I've got three different vining plants and another fern on order. Some other more interesting broms too. 
Any suggestions on what to plant in the sub itself? It's more moist than I'm used to for my plants that I normally grow. Is that too much open floor space for azureus? I was going to add a cork round for them to hide, if I decide to add any frogs. 
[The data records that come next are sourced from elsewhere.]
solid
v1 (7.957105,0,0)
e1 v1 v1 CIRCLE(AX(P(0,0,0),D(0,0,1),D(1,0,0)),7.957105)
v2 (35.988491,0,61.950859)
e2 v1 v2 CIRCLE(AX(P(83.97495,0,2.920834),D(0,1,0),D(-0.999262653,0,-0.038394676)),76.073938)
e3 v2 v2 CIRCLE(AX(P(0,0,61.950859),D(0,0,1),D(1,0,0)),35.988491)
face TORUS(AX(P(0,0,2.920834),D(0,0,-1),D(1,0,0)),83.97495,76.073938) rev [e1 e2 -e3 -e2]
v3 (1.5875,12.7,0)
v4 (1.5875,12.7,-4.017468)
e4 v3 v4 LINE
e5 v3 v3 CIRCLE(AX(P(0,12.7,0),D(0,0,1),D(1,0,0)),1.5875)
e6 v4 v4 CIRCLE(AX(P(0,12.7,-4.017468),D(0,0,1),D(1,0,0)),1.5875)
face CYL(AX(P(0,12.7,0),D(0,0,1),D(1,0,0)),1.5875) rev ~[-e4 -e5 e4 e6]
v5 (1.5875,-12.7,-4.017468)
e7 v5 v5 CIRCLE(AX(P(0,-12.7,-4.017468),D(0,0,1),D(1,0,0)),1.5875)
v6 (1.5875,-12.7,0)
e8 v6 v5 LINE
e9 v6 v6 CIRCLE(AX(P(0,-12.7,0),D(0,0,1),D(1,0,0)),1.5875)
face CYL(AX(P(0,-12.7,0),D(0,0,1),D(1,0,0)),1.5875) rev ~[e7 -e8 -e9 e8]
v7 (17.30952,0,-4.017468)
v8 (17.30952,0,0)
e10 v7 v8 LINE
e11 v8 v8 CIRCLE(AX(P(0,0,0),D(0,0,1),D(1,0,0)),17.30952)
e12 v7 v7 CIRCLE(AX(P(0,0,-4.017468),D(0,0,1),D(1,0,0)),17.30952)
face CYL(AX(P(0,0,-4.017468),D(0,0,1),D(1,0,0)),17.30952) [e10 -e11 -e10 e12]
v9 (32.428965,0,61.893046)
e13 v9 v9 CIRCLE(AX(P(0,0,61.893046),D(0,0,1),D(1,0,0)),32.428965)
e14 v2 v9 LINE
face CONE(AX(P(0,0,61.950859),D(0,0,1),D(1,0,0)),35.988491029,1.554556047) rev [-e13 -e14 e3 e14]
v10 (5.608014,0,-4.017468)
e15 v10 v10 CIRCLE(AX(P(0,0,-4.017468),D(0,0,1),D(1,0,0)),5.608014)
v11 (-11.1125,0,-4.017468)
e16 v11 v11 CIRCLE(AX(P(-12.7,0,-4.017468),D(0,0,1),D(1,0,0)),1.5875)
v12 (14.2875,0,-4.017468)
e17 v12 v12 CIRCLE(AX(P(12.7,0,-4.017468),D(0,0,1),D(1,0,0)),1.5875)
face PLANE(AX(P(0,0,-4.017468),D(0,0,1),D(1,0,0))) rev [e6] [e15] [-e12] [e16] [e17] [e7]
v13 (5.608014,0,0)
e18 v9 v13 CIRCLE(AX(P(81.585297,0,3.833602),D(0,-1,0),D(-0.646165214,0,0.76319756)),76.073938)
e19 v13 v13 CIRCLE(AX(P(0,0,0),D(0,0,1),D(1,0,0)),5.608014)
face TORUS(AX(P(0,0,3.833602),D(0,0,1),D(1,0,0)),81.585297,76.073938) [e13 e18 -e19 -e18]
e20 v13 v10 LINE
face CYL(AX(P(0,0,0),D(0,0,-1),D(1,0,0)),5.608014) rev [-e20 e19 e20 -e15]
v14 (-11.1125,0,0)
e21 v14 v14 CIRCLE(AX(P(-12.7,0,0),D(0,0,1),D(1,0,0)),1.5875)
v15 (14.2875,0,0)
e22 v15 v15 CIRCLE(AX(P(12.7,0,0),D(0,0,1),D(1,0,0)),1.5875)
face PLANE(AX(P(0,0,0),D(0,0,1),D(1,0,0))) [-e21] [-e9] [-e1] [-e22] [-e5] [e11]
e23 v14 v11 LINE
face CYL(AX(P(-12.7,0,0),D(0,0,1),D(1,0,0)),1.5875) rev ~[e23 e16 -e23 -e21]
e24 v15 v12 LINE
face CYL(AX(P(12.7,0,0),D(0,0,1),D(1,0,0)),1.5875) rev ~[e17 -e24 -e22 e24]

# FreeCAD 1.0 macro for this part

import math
import FreeCAD as App
import Part
import Sketcher

V = App.Vector
Q = App.Units.Quantity

doc = App.newDocument("Part")
body = doc.addObject("PartDesign::Body", "Body")

# Sketch on XZ plane
sketch1 = doc.addObject("Sketcher::SketchObject", "Sketch")
body.addObject(sketch1)
sketch1.AttachmentSupport = (doc.XZ_Plane, [""])
sketch1.MapMode = "FlatFace"
sketch1.addGeometry([
    Part.ArcOfCircle(Part.Circle(V(84, 2.9, 0), V(0, 0, 1), 76.1), math.radians(129), math.radians(182)),  # 0
    Part.LineSegment(V(36, 62, 0), V(32.4, 61.9, 0)),  # 1
    Part.ArcOfCircle(Part.Circle(V(81.6, 3.8, 0), V(0, 0, 1), 76.1), math.radians(130), math.radians(183)),  # 2
    Part.LineSegment(V(5.6, 0, 0), V(5.6, -4, 0)),  # 3
    Part.LineSegment(V(5.6, -4, 0), V(17.3, -4, 0)),  # 4
    Part.LineSegment(V(17.3, -4, 0), V(17.3, 0, 0)),  # 5
    Part.LineSegment(V(17.3, 0, 0), V(8, 0, 0)),  # 6
], False)
sketch1.addConstraint([
    Sketcher.Constraint("Coincident", 0, 1, 1, 1),
    Sketcher.Constraint("Coincident", 1, 2, 2, 1),
    Sketcher.Constraint("Coincident", 2, 2, 3, 1),
    Sketcher.Constraint("Coincident", 3, 2, 4, 1),
    Sketcher.Constraint("Coincident", 4, 2, 5, 1),
    Sketcher.Constraint("Coincident", 5, 2, 6, 1),
    Sketcher.Constraint("Coincident", 6, 2, 0, 2),
    Sketcher.Constraint("Vertical", 3),
    Sketcher.Constraint("Horizontal", 4),
    Sketcher.Constraint("Vertical", 5),
    Sketcher.Constraint("Horizontal", 6),
    Sketcher.Constraint("Equal", 0, 2),
    Sketcher.Constraint("PointOnObject", 2, 2, -1),
    Sketcher.Constraint("PointOnObject", 5, 2, -1),
    Sketcher.Constraint("Radius", 0, 76.073938),
    Sketcher.Constraint("DistanceY", -1, 1, 2, 3, 3.833602),
    Sketcher.Constraint("DistanceY", 3, 2, 0, 3, 6.938302),
    Sketcher.Constraint("DistanceX", 4, 1, 4, 2, 11.701506),
    Sketcher.Constraint("DistanceX", 6, 2, 6, 1, 9.352415),
    Sketcher.Constraint("DistanceY", 3, 2, 3, 1, 4.017468),
    Sketcher.Constraint("DistanceX", -1, 1, 0, 3, 83.97495),
    Sketcher.Constraint("DistanceX", -1, 1, 0, 1, 35.988491),
    Sketcher.Constraint("DistanceY", 0, 3, 1, 2, 58.972212),
])
revolution = doc.addObject("PartDesign::Revolution", "Revolution")
body.addObject(revolution)
revolution.Profile = sketch1
revolution.ReferenceAxis = (sketch1, ["V_Axis"])
revolution.Angle = 360

# Sketch on XY plane
sketch2 = doc.addObject("Sketcher::SketchObject", "Sketch001")
body.addObject(sketch2)
sketch2.AttachmentSupport = (doc.XY_Plane, [""])
sketch2.MapMode = "FlatFace"
sketch2.addGeometry([
    Part.Circle(V(0, 12.7, 0), V(0, 0, 1), 1.6),
    Part.Circle(V(-12.7, 0, 0), V(0, 0, 1), 1.6),
    Part.Circle(V(0, -12.7, 0), V(0, 0, 1), 1.6),
    Part.Circle(V(12.7, 0, 0), V(0, 0, 1), 1.6),
], False)
sketch2.addConstraint([
    Sketcher.Constraint("Equal", 0, 1),
    Sketcher.Constraint("Equal", 1, 2),
    Sketcher.Constraint("Equal", 2, 3),
    Sketcher.Constraint("Symmetric", 0, 3, 2, 3, -1, 1),
    Sketcher.Constraint("Symmetric", 1, 3, 3, 3, -1, 1),
    Sketcher.Constraint("PointOnObject", 0, 3, -2),
    Sketcher.Constraint("PointOnObject", 1, 3, -1),
    Sketcher.Constraint("Diameter", 0, Q("0.125 in")),
    Sketcher.Constraint("DistanceY", 2, 3, 0, 3, Q("1 in")),
    Sketcher.Constraint("DistanceX", 1, 3, 3, 3, Q("1 in")),
])
pocket1 = doc.addObject("PartDesign::Pocket", "Pocket")
body.addObject(pocket1)
pocket1.Profile = sketch2
pocket1.Type = "ThroughAll"

doc.recompute()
Sent from my iPad using Tapatalk


----------



## inthedeep (Oct 15, 2009)

looking great. wish i can find a piece of wood like that.
anyway you can post a picture with just the 24'' fixture on so we can see the difference between the 18'' and 24'' as far as shading and coverage. 
also where did you get your plants from?


----------



## carolparente7 (Dec 4, 2016)

. 24 inch only


Sent from my iPhone using Tapatalk


----------



## carolparente7 (Dec 4, 2016)

24 inch



Sent from my iPhone using Tapatalk


----------



## carolparente7 (Dec 4, 2016)

18 inch only but it is seated a bit to the front 
The Orchids I've had for 6 months to a year. Got them from Andy's Orchids. Others were from local nursery selling some terrarium plants. And I have an order at NEherp. Waiting till they can be shipped. 

Sent from my iPhone using Tapatalk


----------



## TFrawley (Jan 13, 2017)

Awesome build, like how you placed the plants.
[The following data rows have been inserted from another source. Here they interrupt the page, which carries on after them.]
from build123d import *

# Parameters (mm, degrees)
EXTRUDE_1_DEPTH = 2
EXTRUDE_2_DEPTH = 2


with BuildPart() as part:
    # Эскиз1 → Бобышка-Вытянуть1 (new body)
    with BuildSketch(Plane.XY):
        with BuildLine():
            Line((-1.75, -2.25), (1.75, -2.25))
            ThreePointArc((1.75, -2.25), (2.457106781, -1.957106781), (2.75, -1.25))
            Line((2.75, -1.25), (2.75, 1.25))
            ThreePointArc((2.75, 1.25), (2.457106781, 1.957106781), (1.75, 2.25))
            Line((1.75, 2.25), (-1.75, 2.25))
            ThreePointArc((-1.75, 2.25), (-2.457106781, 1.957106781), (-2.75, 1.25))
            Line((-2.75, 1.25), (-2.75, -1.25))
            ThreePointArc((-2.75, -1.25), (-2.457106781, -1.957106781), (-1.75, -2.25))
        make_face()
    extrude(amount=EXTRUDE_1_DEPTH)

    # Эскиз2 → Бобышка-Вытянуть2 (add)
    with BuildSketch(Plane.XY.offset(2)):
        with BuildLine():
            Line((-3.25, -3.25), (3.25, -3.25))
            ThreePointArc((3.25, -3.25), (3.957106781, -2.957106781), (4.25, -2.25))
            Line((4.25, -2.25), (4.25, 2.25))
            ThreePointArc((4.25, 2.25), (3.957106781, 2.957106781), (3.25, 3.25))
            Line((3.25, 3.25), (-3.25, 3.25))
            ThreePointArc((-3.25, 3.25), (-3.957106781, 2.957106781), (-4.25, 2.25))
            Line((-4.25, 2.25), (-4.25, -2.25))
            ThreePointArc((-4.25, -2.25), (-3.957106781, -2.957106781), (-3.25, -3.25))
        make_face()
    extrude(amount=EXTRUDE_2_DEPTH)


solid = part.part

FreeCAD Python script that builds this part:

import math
import FreeCAD as App
import Part
import Sketcher
Q = App.Units.Quantity

doc = App.newDocument("Part")
body = doc.addObject("PartDesign::Body", "Body")

# Sketch on XY plane
sketch1 = doc.addObject("Sketcher::SketchObject", "Sketch")
body.addObject(sketch1)
sketch1.AttachmentSupport = (doc.XY_Plane, [""])
sketch1.MapMode = "FlatFace"
sketch1.addGeometry(Part.LineSegment(App.Vector(-1.8, -2.2, 0), App.Vector(1.8, -2.2, 0)), False)
sketch1.addGeometry(Part.ArcOfCircle(Part.Circle(App.Vector(1.7, -1.2, 0), App.Vector(0, 0, 1), 1), math.radians(-90), math.radians(0)), False)
sketch1.addGeometry(Part.LineSegment(App.Vector(2.8, -1.2, 0), App.Vector(2.8, 1.2, 0)), False)
sketch1.addGeometry(Part.ArcOfCircle(Part.Circle(App.Vector(1.7, 1.2, 0), App.Vector(0, 0, 1), 1), math.radians(0), math.radians(90)), False)
sketch1.addGeometry(Part.LineSegment(App.Vector(1.8, 2.2, 0), App.Vector(-1.8, 2.2, 0)), False)
sketch1.addGeometry(Part.ArcOfCircle(Part.Circle(App.Vector(-1.7, 1.2, 0), App.Vector(0, 0, 1), 1), math.radians(90), math.radians(180)), False)
sketch1.addGeometry(Part.LineSegment(App.Vector(-2.8, 1.2, 0), App.Vector(-2.8, -1.2, 0)), False)
sketch1.addGeometry(Part.ArcOfCircle(Part.Circle(App.Vector(-1.7, -1.2, 0), App.Vector(0, 0, 1), 1), math.radians(-180), math.radians(-90)), False)
sketch1.addConstraint(Sketcher.Constraint("Tangent", 0, 2, 1, 1))
sketch1.addConstraint(Sketcher.Constraint("Tangent", 1, 2, 2, 1))
sketch1.addConstraint(Sketcher.Constraint("Tangent", 2, 2, 3, 1))
sketch1.addConstraint(Sketcher.Constraint("Tangent", 3, 2, 4, 1))
sketch1.addConstraint(Sketcher.Constraint("Tangent", 4, 2, 5, 1))
sketch1.addConstraint(Sketcher.Constraint("Tangent", 5, 2, 6, 1))
sketch1.addConstraint(Sketcher.Constraint("Tangent", 6, 2, 7, 1))
sketch1.addConstraint(Sketcher.Constraint("Tangent", 7, 2, 0, 1))
sketch1.addConstraint(Sketcher.Constraint("Horizontal", 0))
sketch1.addConstraint(Sketcher.Constraint("Vertical", 2))
sketch1.addConstraint(Sketcher.Constraint("Horizontal", 4))
sketch1.addConstraint(Sketcher.Constraint("Vertical", 6))
sketch1.addConstraint(Sketcher.Constraint("Equal", 1, 3))
sketch1.addConstraint(Sketcher.Constraint("Equal", 3, 5))
sketch1.addConstraint(Sketcher.Constraint("Equal", 5, 7))
sketch1.addConstraint(Sketcher.Constraint("Symmetric", 1, 3, 5, 3, -1, 1))
sketch1.addConstraint(Sketcher.Constraint("Radius", 1, Q("1 mm")))
sketch1.addConstraint(Sketcher.Constraint("DistanceX", 0, 1, 0, 2, Q("3.5 mm")))
sketch1.addConstraint(Sketcher.Constraint("DistanceY", 2, 1, 2, 2, Q("2.5 mm")))
pad1 = doc.addObject("PartDesign::Pad", "Pad")
body.addObject(pad1)
pad1.Profile = sketch1
pad1.Length = 2

# Sketch on XY plane
sketch2 = doc.addObject("Sketcher::SketchObject", "Sketch001")
body.addObject(sketch2)
sketch2.AttachmentSupport = (doc.XY_Plane, [""])
sketch2.MapMode = "FlatFace"
sketch2.AttachmentOffset = App.Placement(App.Vector(0, 0, 2), App.Rotation())
sketch2.addGeometry(Part.LineSegment(App.Vector(-3.2, -3.2, 0), App.Vector(3.2, -3.2, 0)), False)
sketch2.addGeometry(Part.ArcOfCircle(Part.Circle(App.Vector(3.2, -2.2, 0), App.Vector(0, 0, 1), 1), math.radians(-90), math.radians(0)), False)
sketch2.addGeometry(Part.LineSegment(App.Vector(4.2, -2.2, 0), App.Vector(4.2, 2.2, 0)), False)
sketch2.addGeometry(Part.ArcOfCircle(Part.Circle(App.Vector(3.2, 2.2, 0), App.Vector(0, 0, 1), 1), math.radians(0), math.radians(90)), False)
sketch2.addGeometry(Part.LineSegment(App.Vector(3.2, 3.2, 0), App.Vector(-3.2, 3.2, 0)), False)
sketch2.addGeometry(Part.ArcOfCircle(Part.Circle(App.Vector(-3.2, 2.2, 0), App.Vector(0, 0, 1), 1), math.radians(90), math.radians(180)), False)
sketch2.addGeometry(Part.LineSegment(App.Vector(-4.2, 2.2, 0), App.Vector(-4.2, -2.2, 0)), False)
sketch2.addGeometry(Part.ArcOfCircle(Part.Circle(App.Vector(-3.2, -2.2, 0), App.Vector(0, 0, 1), 1), math.radians(-180), math.radians(-90)), False)
sketch2.addConstraint(Sketcher.Constraint("Tangent", 0, 2, 1, 1))
sketch2.addConstraint(Sketcher.Constraint("Tangent", 1, 2, 2, 1))
sketch2.addConstraint(Sketcher.Constraint("Tangent", 2, 2, 3, 1))
sketch2.addConstraint(Sketcher.Constraint("Tangent", 3, 2, 4, 1))
sketch2.addConstraint(Sketcher.Constraint("Tangent", 4, 2, 5, 1))
sketch2.addConstraint(Sketcher.Constraint("Tangent", 5, 2, 6, 1))
sketch2.addConstraint(Sketcher.Constraint("Tangent", 6, 2, 7, 1))
sketch2.addConstraint(Sketcher.Constraint("Tangent", 7, 2, 0, 1))
sketch2.addConstraint(Sketcher.Constraint("Horizontal", 0))
sketch2.addConstraint(Sketcher.Constraint("Vertical", 2))
sketch2.addConstraint(Sketcher.Constraint("Horizontal", 4))
sketch2.addConstraint(Sketcher.Constraint("Vertical", 6))
sketch2.addConstraint(Sketcher.Constraint("Equal", 1, 3))
sketch2.addConstraint(Sketcher.Constraint("Equal", 3, 5))
sketch2.addConstraint(Sketcher.Constraint("Equal", 5, 7))
sketch2.addConstraint(Sketcher.Constraint("Symmetric", 1, 3, 5, 3, -1, 1))
sketch2.addConstraint(Sketcher.Constraint("Radius", 1, Q("1 mm")))
sketch2.addConstraint(Sketcher.Constraint("DistanceX", 0, 1, 0, 2, Q("6.5 mm")))
sketch2.addConstraint(Sketcher.Constraint("DistanceY", 2, 1, 2, 2, Q("4.5 mm")))
pad2 = doc.addObject("PartDesign::Pad", "Pad001")
body.addObject(pad2)
pad2.Profile = sketch2
pad2.Length = 2

doc.recompute()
Sent from my iPhone using Tapatalk


----------



## d_mill24 (Jan 22, 2017)

Great setup. You are going to have some happy frogs!


----------



## cap7 (Dec 4, 2016)

New plants and moss from NEHerp. I love the broms they sent. I got moss and moss slurry so I hope something takes. The mature N. olens x Fireball was huge. About 11 inches tall. Seemed too big 
Springtails look good. Hard to find any isopods. I will add some more. Other than a cocohut or cork log, any thing else that I need for azureus? I'd like to leave tank without frogs for awhile though. I haven't attempted ff culture yet. 
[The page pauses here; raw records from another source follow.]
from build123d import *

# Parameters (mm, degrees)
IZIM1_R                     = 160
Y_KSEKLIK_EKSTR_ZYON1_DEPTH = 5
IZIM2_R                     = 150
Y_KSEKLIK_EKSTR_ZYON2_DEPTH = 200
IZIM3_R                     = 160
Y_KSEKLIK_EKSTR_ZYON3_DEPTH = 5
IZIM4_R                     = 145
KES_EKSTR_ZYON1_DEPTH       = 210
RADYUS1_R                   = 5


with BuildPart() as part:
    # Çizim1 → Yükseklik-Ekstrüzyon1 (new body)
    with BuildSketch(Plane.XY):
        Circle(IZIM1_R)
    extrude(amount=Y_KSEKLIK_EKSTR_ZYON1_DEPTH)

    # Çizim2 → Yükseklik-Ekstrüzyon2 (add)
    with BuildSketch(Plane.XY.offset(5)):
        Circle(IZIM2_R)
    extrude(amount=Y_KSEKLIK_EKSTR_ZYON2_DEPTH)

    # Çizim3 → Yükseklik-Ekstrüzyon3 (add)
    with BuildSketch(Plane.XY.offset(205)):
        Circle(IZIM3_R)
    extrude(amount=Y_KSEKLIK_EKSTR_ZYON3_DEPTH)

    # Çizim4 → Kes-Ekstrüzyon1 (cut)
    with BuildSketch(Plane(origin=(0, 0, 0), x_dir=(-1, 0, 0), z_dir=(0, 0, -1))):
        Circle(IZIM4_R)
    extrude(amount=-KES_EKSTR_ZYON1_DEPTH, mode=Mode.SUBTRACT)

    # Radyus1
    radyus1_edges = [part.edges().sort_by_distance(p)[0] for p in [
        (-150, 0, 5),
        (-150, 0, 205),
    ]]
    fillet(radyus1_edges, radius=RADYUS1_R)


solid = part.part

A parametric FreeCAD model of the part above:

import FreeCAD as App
import Part
import Sketcher

V = App.Vector
Q = App.Units.Quantity


def edges_at(feature, points):
    """Names of the edges that pass closest to the given points."""
    edges = feature.Shape.Edges
    near = lambda p: min(range(len(edges)), key=lambda i: edges[i].distToShape(Part.Vertex(*p))[0])
    return sorted({f"Edge{near(p) + 1}" for p in points})

doc = App.newDocument("Part")
body = doc.addObject("PartDesign::Body", "Body")

# Sketch on XY plane
sketch1 = doc.addObject("Sketcher::SketchObject", "Sketch")
body.addObject(sketch1)
sketch1.AttachmentSupport = (doc.XY_Plane, [""])
sketch1.MapMode = "FlatFace"
sketch1.addGeometry(Part.Circle(V(0, 0, 0), V(0, 0, 1), 160), False)
sketch1.addConstraint(Sketcher.Constraint("Coincident", 0, 3, -1, 1))
sketch1.addConstraint(Sketcher.Constraint("Diameter", 0, Q("320 mm")))
pad1 = doc.addObject("PartDesign::Pad", "Pad")
body.addObject(pad1)
pad1.Profile = sketch1
pad1.Length = 5

# Sketch on XY plane
sketch2 = doc.addObject("Sketcher::SketchObject", "Sketch001")
body.addObject(sketch2)
sketch2.AttachmentSupport = (doc.XY_Plane, [""])
sketch2.MapMode = "FlatFace"
sketch2.AttachmentOffset = App.Placement(V(0, 0, 5), App.Rotation())
sketch2.addGeometry(Part.Circle(V(0, 0, 0), V(0, 0, 1), 150), False)
sketch2.addConstraint(Sketcher.Constraint("Coincident", 0, 3, -1, 1))
sketch2.addConstraint(Sketcher.Constraint("Diameter", 0, Q("300 mm")))
pad2 = doc.addObject("PartDesign::Pad", "Pad001")
body.addObject(pad2)
pad2.Profile = sketch2
pad2.Length = 200

# Sketch on XY plane
sketch3 = doc.addObject("Sketcher::SketchObject", "Sketch002")
body.addObject(sketch3)
sketch3.AttachmentSupport = (doc.XY_Plane, [""])
sketch3.MapMode = "FlatFace"
sketch3.AttachmentOffset = App.Placement(V(0, 0, 205), App.Rotation())
sketch3.addGeometry(Part.Circle(V(0, 0, 0), V(0, 0, 1), 160), False)
sketch3.addConstraint(Sketcher.Constraint("Coincident", 0, 3, -1, 1))
sketch3.addConstraint(Sketcher.Constraint("Diameter", 0, Q("320 mm")))
pad3 = doc.addObject("PartDesign::Pad", "Pad002")
body.addObject(pad3)
pad3.Profile = sketch3
pad3.Length = 5

# Sketch on XY plane
sketch4 = doc.addObject("Sketcher::SketchObject", "Sketch003")
body.addObject(sketch4)
sketch4.AttachmentSupport = (doc.XY_Plane, [""])
sketch4.MapMode = "FlatFace"
sketch4.addGeometry(Part.Circle(V(0, 0, 0), V(0, 0, 1), 145), False)
sketch4.addConstraint(Sketcher.Constraint("Coincident", 0, 3, -1, 1))
sketch4.addConstraint(Sketcher.Constraint("Diameter", 0, Q("290 mm")))
pocket1 = doc.addObject("PartDesign::Pocket", "Pocket")
body.addObject(pocket1)
pocket1.Profile = sketch4
pocket1.Length = 210
pocket1.Reversed = True
doc.recompute()

fillet = doc.addObject("PartDesign::Fillet", "Fillet")
body.addObject(fillet)
fillet.Base = (pocket1, edges_at(pocket1, [(-150, 0, 5), (-150, 0, 205)]))
fillet.Radius = 5

doc.recompute()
Sent from my iPad using Tapatalk


----------



## cap7 (Dec 4, 2016)

I'm unable to post photos for some reason. Even though I'm logged in, it says I need a profile. And I can add a photo another way but the quality is awful


Sent from my iPad using Tapatalk


----------



## GOSKN5 (Dec 31, 2011)

Hope ya figure it out.. looking forward to the pics

Sent from my SM-G935V using Tapatalk


----------



## cap7 (Dec 4, 2016)

Had to log in again. Not sure what I did but I think it works now


Sent from my iPhone using Tapatalk


----------



## Phea2 (Jan 7, 2017)

Following, i'm at the same stage as you, set up and just monitoring my temperature and humidity before i add the frog, misting system somewhere in the post. So im going to be following to see your progress. oh and i have the same vivarium as you as well.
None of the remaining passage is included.